More and more UL Firestop Sysems for cable penetrations now carry L-Ratings. Do you know what they mean? It seems simple doesn’t it? Air is pumped into a chamber and the rate at which it leaks out is measured. Pretty simple… Or is it? It would be if that’s all there was to it. Unfortunately there’s more to it than this. Unless you understand what you are reading, you may be mislead. The purpose of this Technical Update is to tell you how this published value is determined and just what it means.
While some of you may have actually witnessed a fire test at UL or elsewhere, I would be very surprised if any potential readers have witnessed the UL leakage testing. To get you prepared for this discussion, I’ll give you the benefit of our experience.
The requirements for leakage testing are found in UL/ANSI 1479. Since this requirement is not as yet included in ASTM E814, we will focus on the the requirements of the UL standard.
Leakage occurs within the cable bundle and not around it. Consider the typical cable installation depicted in a UL Through-Penetration System. The cable bundle is centered and the seal (be it putty, sealant, or foam muffins) is installed around it. These materials are not typically porous. This means that if there is leakage occurring, the air is flowing between the cables
rather than around them.
Some UL Systems with cables do have very low values that are legitimate. Firestop products or designs that seal around each individual cable will produce low leakage ratings. In areas where a hermetic seal is required, for example marine applications where penetrations occur in bulkheads, complex rubber block systems are installed and compressed tightly around each pipe and cable. This level of sealing may also be required for certain clean areas or pressurized areas within electronics manufacturing plants for example.
Other UL Systems indicate low values that are not! For most forms of normal construction however, it isn’t practical to attempt to seal cables air-tight. Achieving low values with cable bundles using sealants, putties, foam plugs, etc. require cables to be individually spaced and sealed so that air will not flow between them.
Published L Ratings – Be Sure to Read the Small Print! Don’t be fooled by low numbers. Extremely low numbers for cables usually mean that each cable has been individually sealed. Is this practical? Some pathway devices with self-contained firestopping require putty to be packed in both ends in order to achieve the rating. Be sure to read the small print.
These systems may also have cable bundles that are tightly cinched the cables are squeezed together with as little room between them as possible.

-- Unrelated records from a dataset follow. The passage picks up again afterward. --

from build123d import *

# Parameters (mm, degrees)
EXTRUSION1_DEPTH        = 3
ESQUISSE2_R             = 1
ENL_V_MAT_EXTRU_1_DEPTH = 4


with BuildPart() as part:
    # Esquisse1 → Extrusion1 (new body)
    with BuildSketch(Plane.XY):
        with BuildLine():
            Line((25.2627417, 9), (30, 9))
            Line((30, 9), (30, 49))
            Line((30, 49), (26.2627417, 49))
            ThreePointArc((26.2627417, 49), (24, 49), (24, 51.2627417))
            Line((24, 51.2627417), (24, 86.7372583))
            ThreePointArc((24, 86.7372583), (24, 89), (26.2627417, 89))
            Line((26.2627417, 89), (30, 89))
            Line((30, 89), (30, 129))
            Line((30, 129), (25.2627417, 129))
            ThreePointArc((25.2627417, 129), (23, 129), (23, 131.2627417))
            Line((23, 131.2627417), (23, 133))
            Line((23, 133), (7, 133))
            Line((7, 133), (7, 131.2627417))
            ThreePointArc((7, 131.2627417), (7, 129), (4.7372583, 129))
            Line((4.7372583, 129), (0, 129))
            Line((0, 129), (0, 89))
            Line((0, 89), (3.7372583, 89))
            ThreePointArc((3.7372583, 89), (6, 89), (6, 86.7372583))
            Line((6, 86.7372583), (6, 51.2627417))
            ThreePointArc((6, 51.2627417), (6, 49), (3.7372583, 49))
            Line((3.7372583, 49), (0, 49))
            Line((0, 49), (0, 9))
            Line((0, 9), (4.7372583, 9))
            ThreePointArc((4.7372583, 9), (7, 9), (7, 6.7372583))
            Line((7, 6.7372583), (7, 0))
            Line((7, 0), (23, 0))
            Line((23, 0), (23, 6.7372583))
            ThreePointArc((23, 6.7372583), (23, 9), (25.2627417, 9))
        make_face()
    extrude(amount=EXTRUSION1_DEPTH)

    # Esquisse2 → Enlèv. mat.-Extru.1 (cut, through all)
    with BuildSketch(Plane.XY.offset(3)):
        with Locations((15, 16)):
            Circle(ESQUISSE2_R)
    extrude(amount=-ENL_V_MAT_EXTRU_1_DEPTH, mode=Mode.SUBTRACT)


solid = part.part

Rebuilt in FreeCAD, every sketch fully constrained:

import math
import FreeCAD as App
import Part
import Sketcher

doc = App.newDocument("Part")
body = doc.addObject("PartDesign::Body", "Body")

sketch1 = body.newObject("Sketcher::SketchObject", "Sketch")
sketch1.AttachmentSupport = (doc.getObject("XY_Plane"), [""])
sketch1.MapMode = "FlatFace"
sketch1.addGeometry(Part.LineSegment(App.Vector(25.3, 9, 0), App.Vector(30, 9, 0)), False)
sketch1.addGeometry(Part.LineSegment(App.Vector(30, 9, 0), App.Vector(30, 49, 0)), False)
sketch1.addGeometry(Part.LineSegment(App.Vector(30, 49, 0), App.Vector(26.3, 49, 0)), False)
sketch1.addGeometry(Part.ArcOfCircle(Part.Circle(App.Vector(25.1, 50.1, 0), App.Vector(0, 0, 1), 1.6), math.radians(135), math.radians(315)), False)
sketch1.addGeometry(Part.LineSegment(App.Vector(24, 51.3, 0), App.Vector(24, 86.7, 0)), False)
sketch1.addGeometry(Part.ArcOfCircle(Part.Circle(App.Vector(25.1, 87.9, 0), App.Vector(0, 0, 1), 1.6), math.radians(45), math.radians(225)), False)
sketch1.addGeometry(Part.LineSegment(App.Vector(26.3, 89, 0), App.Vector(30, 89, 0)), False)
sketch1.addGeometry(Part.LineSegment(App.Vector(30, 89, 0), App.Vector(30, 129, 0)), False)
sketch1.addGeometry(Part.LineSegment(App.Vector(30, 129, 0), App.Vector(25.3, 129, 0)), False)
sketch1.addGeometry(Part.ArcOfCircle(Part.Circle(App.Vector(24.1, 130.1, 0), App.Vector(0, 0, 1), 1.6), math.radians(135), math.radians(315)), False)
sketch1.addGeometry(Part.LineSegment(App.Vector(23, 131.3, 0), App.Vector(23, 133, 0)), False)
sketch1.addGeometry(Part.LineSegment(App.Vector(23, 133, 0), App.Vector(7, 133, 0)), False)
sketch1.addGeometry(Part.LineSegment(App.Vector(7, 133, 0), App.Vector(7, 131.3, 0)), False)
sketch1.addGeometry(Part.ArcOfCircle(Part.Circle(App.Vector(5.9, 130.1, 0), App.Vector(0, 0, 1), 1.6), math.radians(-135), math.radians(45)), False)
sketch1.addGeometry(Part.LineSegment(App.Vector(4.7, 129, 0), App.Vector(0, 129, 0)), False)
sketch1.addGeometry(Part.LineSegment(App.Vector(0, 129, 0), App.Vector(0, 89, 0)), False)
sketch1.addGeometry(Part.LineSegment(App.Vector(0, 89, 0), App.Vector(3.7, 89, 0)), False)
sketch1.addGeometry(Part.ArcOfCircle(Part.Circle(App.Vector(4.9, 87.9, 0), App.Vector(0, 0, 1), 1.6), math.radians(-45), math.radians(135)), False)
sketch1.addGeometry(Part.LineSegment(App.Vector(6, 86.7, 0), App.Vector(6, 51.3, 0)), False)
sketch1.addGeometry(Part.ArcOfCircle(Part.Circle(App.Vector(4.9, 50.1, 0), App.Vector(0, 0, 1), 1.6), math.radians(-135), math.radians(45)), False)
sketch1.addGeometry(Part.LineSegment(App.Vector(3.7, 49, 0), App.Vector(0, 49, 0)), False)
sketch1.addGeometry(Part.LineSegment(App.Vector(0, 49, 0), App.Vector(0, 9, 0)), False)
sketch1.addGeometry(Part.LineSegment(App.Vector(0, 9, 0), App.Vector(4.7, 9, 0)), False)
sketch1.addGeometry(Part.ArcOfCircle(Part.Circle(App.Vector(5.9, 7.9, 0), App.Vector(0, 0, 1), 1.6), math.radians(-45), math.radians(135)), False)
sketch1.addGeometry(Part.LineSegment(App.Vector(7, 6.7, 0), App.Vector(7, 0, 0)), False)
sketch1.addGeometry(Part.LineSegment(App.Vector(7, 0, 0), App.Vector(23, 0, 0)), False)
sketch1.addGeometry(Part.LineSegment(App.Vector(23, 0, 0), App.Vector(23, 6.7, 0)), False)
sketch1.addGeometry(Part.ArcOfCircle(Part.Circle(App.Vector(24.1, 7.9, 0), App.Vector(0, 0, 1), 1.6), math.radians(45), math.radians(225)), False)
sketch1.addConstraint(Sketcher.Constraint("Coincident", 0, 2, 1, 1))
sketch1.addConstraint(Sketcher.Constraint("Coincident", 1, 2, 2, 1))
sketch1.addConstraint(Sketcher.Constraint("Coincident", 2, 2, 3, 2))
sketch1.addConstraint(Sketcher.Constraint("Coincident", 3, 1, 4, 1))
sketch1.addConstraint(Sketcher.Constraint("Coincident", 4, 2, 5, 2))
sketch1.addConstraint(Sketcher.Constraint("Coincident", 5, 1, 6, 1))
sketch1.addConstraint(Sketcher.Constraint("Coincident", 6, 2, 7, 1))
sketch1.addConstraint(Sketcher.Constraint("Coincident", 7, 2, 8, 1))
sketch1.addConstraint(Sketcher.Constraint("Coincident", 8, 2, 9, 2))
sketch1.addConstraint(Sketcher.Constraint("Coincident", 9, 1, 10, 1))
sketch1.addConstraint(Sketcher.Constraint("Coincident", 10, 2, 11, 1))
sketch1.addConstraint(Sketcher.Constraint("Coincident", 11, 2, 12, 1))
sketch1.addConstraint(Sketcher.Constraint("Coincident", 12, 2, 13, 2))
sketch1.addConstraint(Sketcher.Constraint("Coincident", 13, 1, 14, 1))
sketch1.addConstraint(Sketcher.Constraint("Coincident", 14, 2, 15, 1))
sketch1.addConstraint(Sketcher.Constraint("Coincident", 15, 2, 16, 1))
sketch1.addConstraint(Sketcher.Constraint("Coincident", 16, 2, 17, 2))
sketch1.addConstraint(Sketcher.Constraint("Coincident", 17, 1, 18, 1))
sketch1.addConstraint(Sketcher.Constraint("Coincident", 18, 2, 19, 2))
sketch1.addConstraint(Sketcher.Constraint("Coincident", 19, 1, 20, 1))
sketch1.addConstraint(Sketcher.Constraint("Coincident", 20, 2, 21, 1))
sketch1.addConstraint(Sketcher.Constraint("Coincident", 21, 2, 22, 1))
sketch1.addConstraint(Sketcher.Constraint("Coincident", 22, 2, 23, 2))
sketch1.addConstraint(Sketcher.Constraint("Coincident", 23, 1, 24, 1))
sketch1.addConstraint(Sketcher.Constraint("Coincident", 24, 2, 25, 1))
sketch1.addConstraint(Sketcher.Constraint("Coincident", 25, 2, 26, 1))
sketch1.addConstraint(Sketcher.Constraint("Coincident", 26, 2, 27, 2))
sketch1.addConstraint(Sketcher.Constraint("Coincident", 27, 1, 0, 1))
sketch1.addConstraint(Sketcher.Constraint("Horizontal", 0))
sketch1.addConstraint(Sketcher.Constraint("Vertical", 1))
sketch1.addConstraint(Sketcher.Constraint("Horizontal", 2))
sketch1.addConstraint(Sketcher.Constraint("Vertical", 4))
sketch1.addConstraint(Sketcher.Constraint("Horizontal", 6))
sketch1.addConstraint(Sketcher.Constraint("Vertical", 7))
sketch1.addConstraint(Sketcher.Constraint("Horizontal", 8))
sketch1.addConstraint(Sketcher.Constraint("Vertical", 10))
sketch1.addConstraint(Sketcher.Constraint("Horizontal", 11))
sketch1.addConstraint(Sketcher.Constraint("Vertical", 12))
sketch1.addConstraint(Sketcher.Constraint("Horizontal", 14))
sketch1.addConstraint(Sketcher.Constraint("Vertical", 15))
sketch1.addConstraint(Sketcher.Constraint("Horizontal", 16))
sketch1.addConstraint(Sketcher.Constraint("Vertical", 18))
sketch1.addConstraint(Sketcher.Constraint("Horizontal", 20))
sketch1.addConstraint(Sketcher.Constraint("Vertical", 21))
sketch1.addConstraint(Sketcher.Constraint("Horizontal", 22))
sketch1.addConstraint(Sketcher.Constraint("Vertical", 24))
sketch1.addConstraint(Sketcher.Constraint("Horizontal", 25))
sketch1.addConstraint(Sketcher.Constraint("Vertical", 26))
sketch1.addConstraint(Sketcher.Constraint("Equal", 3, 5))
sketch1.addConstraint(Sketcher.Constraint("Equal", 5, 9))
sketch1.addConstraint(Sketcher.Constraint("Equal", 9, 13))
sketch1.addConstraint(Sketcher.Constraint("Equal", 13, 17))
sketch1.addConstraint(Sketcher.Constraint("Equal", 17, 19))
sketch1.addConstraint(Sketcher.Constraint("Equal", 19, 23))
sketch1.addConstraint(Sketcher.Constraint("Equal", 23, 27))
sketch1.addConstraint(Sketcher.Constraint("PointOnObject", 14, 2, -2))
sketch1.addConstraint(Sketcher.Constraint("PointOnObject", 20, 2, -2))
sketch1.addConstraint(Sketcher.Constraint("PointOnObject", 24, 2, -1))
sketch1.addConstraint(Sketcher.Constraint("Horizontal", 9, 3, 13, 3))
sketch1.addConstraint(Sketcher.Constraint("Horizontal", 5, 3, 17, 3))
sketch1.addConstraint(Sketcher.Constraint("Horizontal", 3, 3, 19, 3))
sketch1.addConstraint(Sketcher.Constraint("Horizontal", 23, 3, 27, 3))
sketch1.addConstraint(Sketcher.Constraint("Horizontal", 9, 1, 12, 2))
sketch1.addConstraint(Sketcher.Constraint("Horizontal", 8, 2, 13, 1))
sketch1.addConstraint(Sketcher.Constraint("Horizontal", 6, 2, 15, 2))
sketch1.addConstraint(Sketcher.Constraint("Horizontal", 4, 2, 17, 1))
sketch1.addConstraint(Sketcher.Constraint("Horizontal", 3, 1, 18, 2))
sketch1.addConstraint(Sketcher.Constraint("Horizontal", 2, 2, 19, 1))
sketch1.addConstraint(Sketcher.Constraint("Horizontal", 0, 2, 21, 2))
sketch1.addConstraint(Sketcher.Constraint("Horizontal", 23, 1, 26, 2))
sketch1.addConstraint(Sketcher.Constraint("Vertical", 3, 3, 5, 3))
sketch1.addConstraint(Sketcher.Constraint("Vertical", 13, 3, 23, 3))
sketch1.addConstraint(Sketcher.Constraint("Vertical", 9, 3, 27, 3))
sketch1.addConstraint(Sketcher.Constraint("Vertical", 2, 2, 5, 1))
sketch1.addConstraint(Sketcher.Constraint("Vertical", 1, 2, 6, 2))
sketch1.addConstraint(Sketcher.Constraint("Vertical", 13, 1, 22, 2))
sketch1.addConstraint(Sketcher.Constraint("Vertical", 12, 2, 23, 1))
sketch1.addConstraint(Sketcher.Constraint("Equal", 8, 14))
sketch1.addConstraint(Sketcher.Constraint("Equal", 6, 16))
sketch1.addConstraint(Sketcher.Constraint("Equal", 1, 7))
sketch1.addConstraint(Sketcher.Constraint("Radius", 3, 1.6))
sketch1.addConstraint(Sketcher.Constraint("DistanceX", 11, 2, 11, 1, 16.0))
sketch1.addConstraint(Sketcher.Constraint("DistanceY", 1, 1, 1, 2, 40.0))
sketch1.addConstraint(Sketcher.Constraint("DistanceX", -1, 1, 0, 2, 30.0))
sketch1.addConstraint(Sketcher.Constraint("DistanceY", -1, 1, 0, 2, 9.0))
sketch1.addConstraint(Sketcher.Constraint("DistanceX", -1, 1, 3, 1, 24.0))
sketch1.addConstraint(Sketcher.Constraint("DistanceY", -1, 1, 5, 1, 89.0))
sketch1.addConstraint(Sketcher.Constraint("DistanceY", -1, 1, 10, 2, 133.0))
sketch1.addConstraint(Sketcher.Constraint("DistanceX", 9, 3, 5, 3, 1.0))
sketch1.addConstraint(Sketcher.Constraint("DistanceY", 3, 3, 9, 3, 80.0))
sketch1.addConstraint(Sketcher.Constraint("DistanceX", 0, 1, 0, 2, 4.737258))
sketch1.addConstraint(Sketcher.Constraint("DistanceX", -1, 1, 3, 3, 25.131371))
pad1 = body.newObject("PartDesign::Pad", "Pad")
pad1.Profile = sketch1
pad1.Length = 3

sketch2 = body.newObject("Sketcher::SketchObject", "Sketch001")
sketch2.AttachmentSupport = (doc.getObject("XY_Plane"), [""])
sketch2.MapMode = "FlatFace"
sketch2.AttachmentOffset = App.Placement(App.Vector(0, 0, 3), App.Rotation())
sketch2.addGeometry(Part.Circle(App.Vector(15, 16, 0), App.Vector(0, 0, 1), 1), False)
sketch2.addConstraint(Sketcher.Constraint("Diameter", 0, 2.0))
sketch2.addConstraint(Sketcher.Constraint("DistanceX", -1, 1, 0, 3, 15.0))
sketch2.addConstraint(Sketcher.Constraint("DistanceY", -1, 1, 0, 3, 16.0))
pocket1 = body.newObject("PartDesign::Pocket", "Pocket")
pocket1.Profile = sketch2
pocket1.Type = "ThroughAll"

doc.recompute()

Since this is not practical in actual practice, these ratings simply are not realistic and the published values are not truly representative of what the average installer can reproduce in the field.
The bigger problem is how the actual test results are interpolated under UL1479. Looking at a UL System, you would naturally expect that if you install a single penetration using the parameters shown, you will get X leakage. You would also assume that if you install three of these penetrations, you will get 3X leakage. Unfortunately unless the actual tested opening size is exactly one square foot, you will not actually know the true leakage.
What does “less than 1” really mean? UL1479 does not provide for a rating of zero (0). The lowest rating is “Less than 1”. Since this is the lowest possible rating, this would seem to be as good as it gets. However, consider an opening 5’ X 5’ (25 ft2) with no cables or penetrants of any kind. In theory, we could seal this opening with an impermeable membrane such as a metal-backed composite firestop sheet and caulk the edges so that there would be absolutely no leakage. However, using UL1479, the lowest rating that could be assigned would be “less than 1” rather than “0”.
Now let’s assume that we have created an opening in this firestop membrane and installed and firestopped a cable bundle. We re-test and subsequently measure leakage of 24 ft3 per minute, our interpolated leakage would be 24 ÷ 25 = .96 or “less than 1” once again. So even though we have no leakage in our first example and 24 ft3 in the second, anyone reading the two systems would never know the difference.
This standard and the codes need to be changed. Until then, be careful about the products and systems that you select. Don’t be afraid to call the manufacturer and request the Actual Leakage values. This is the only accurate measure of leakage.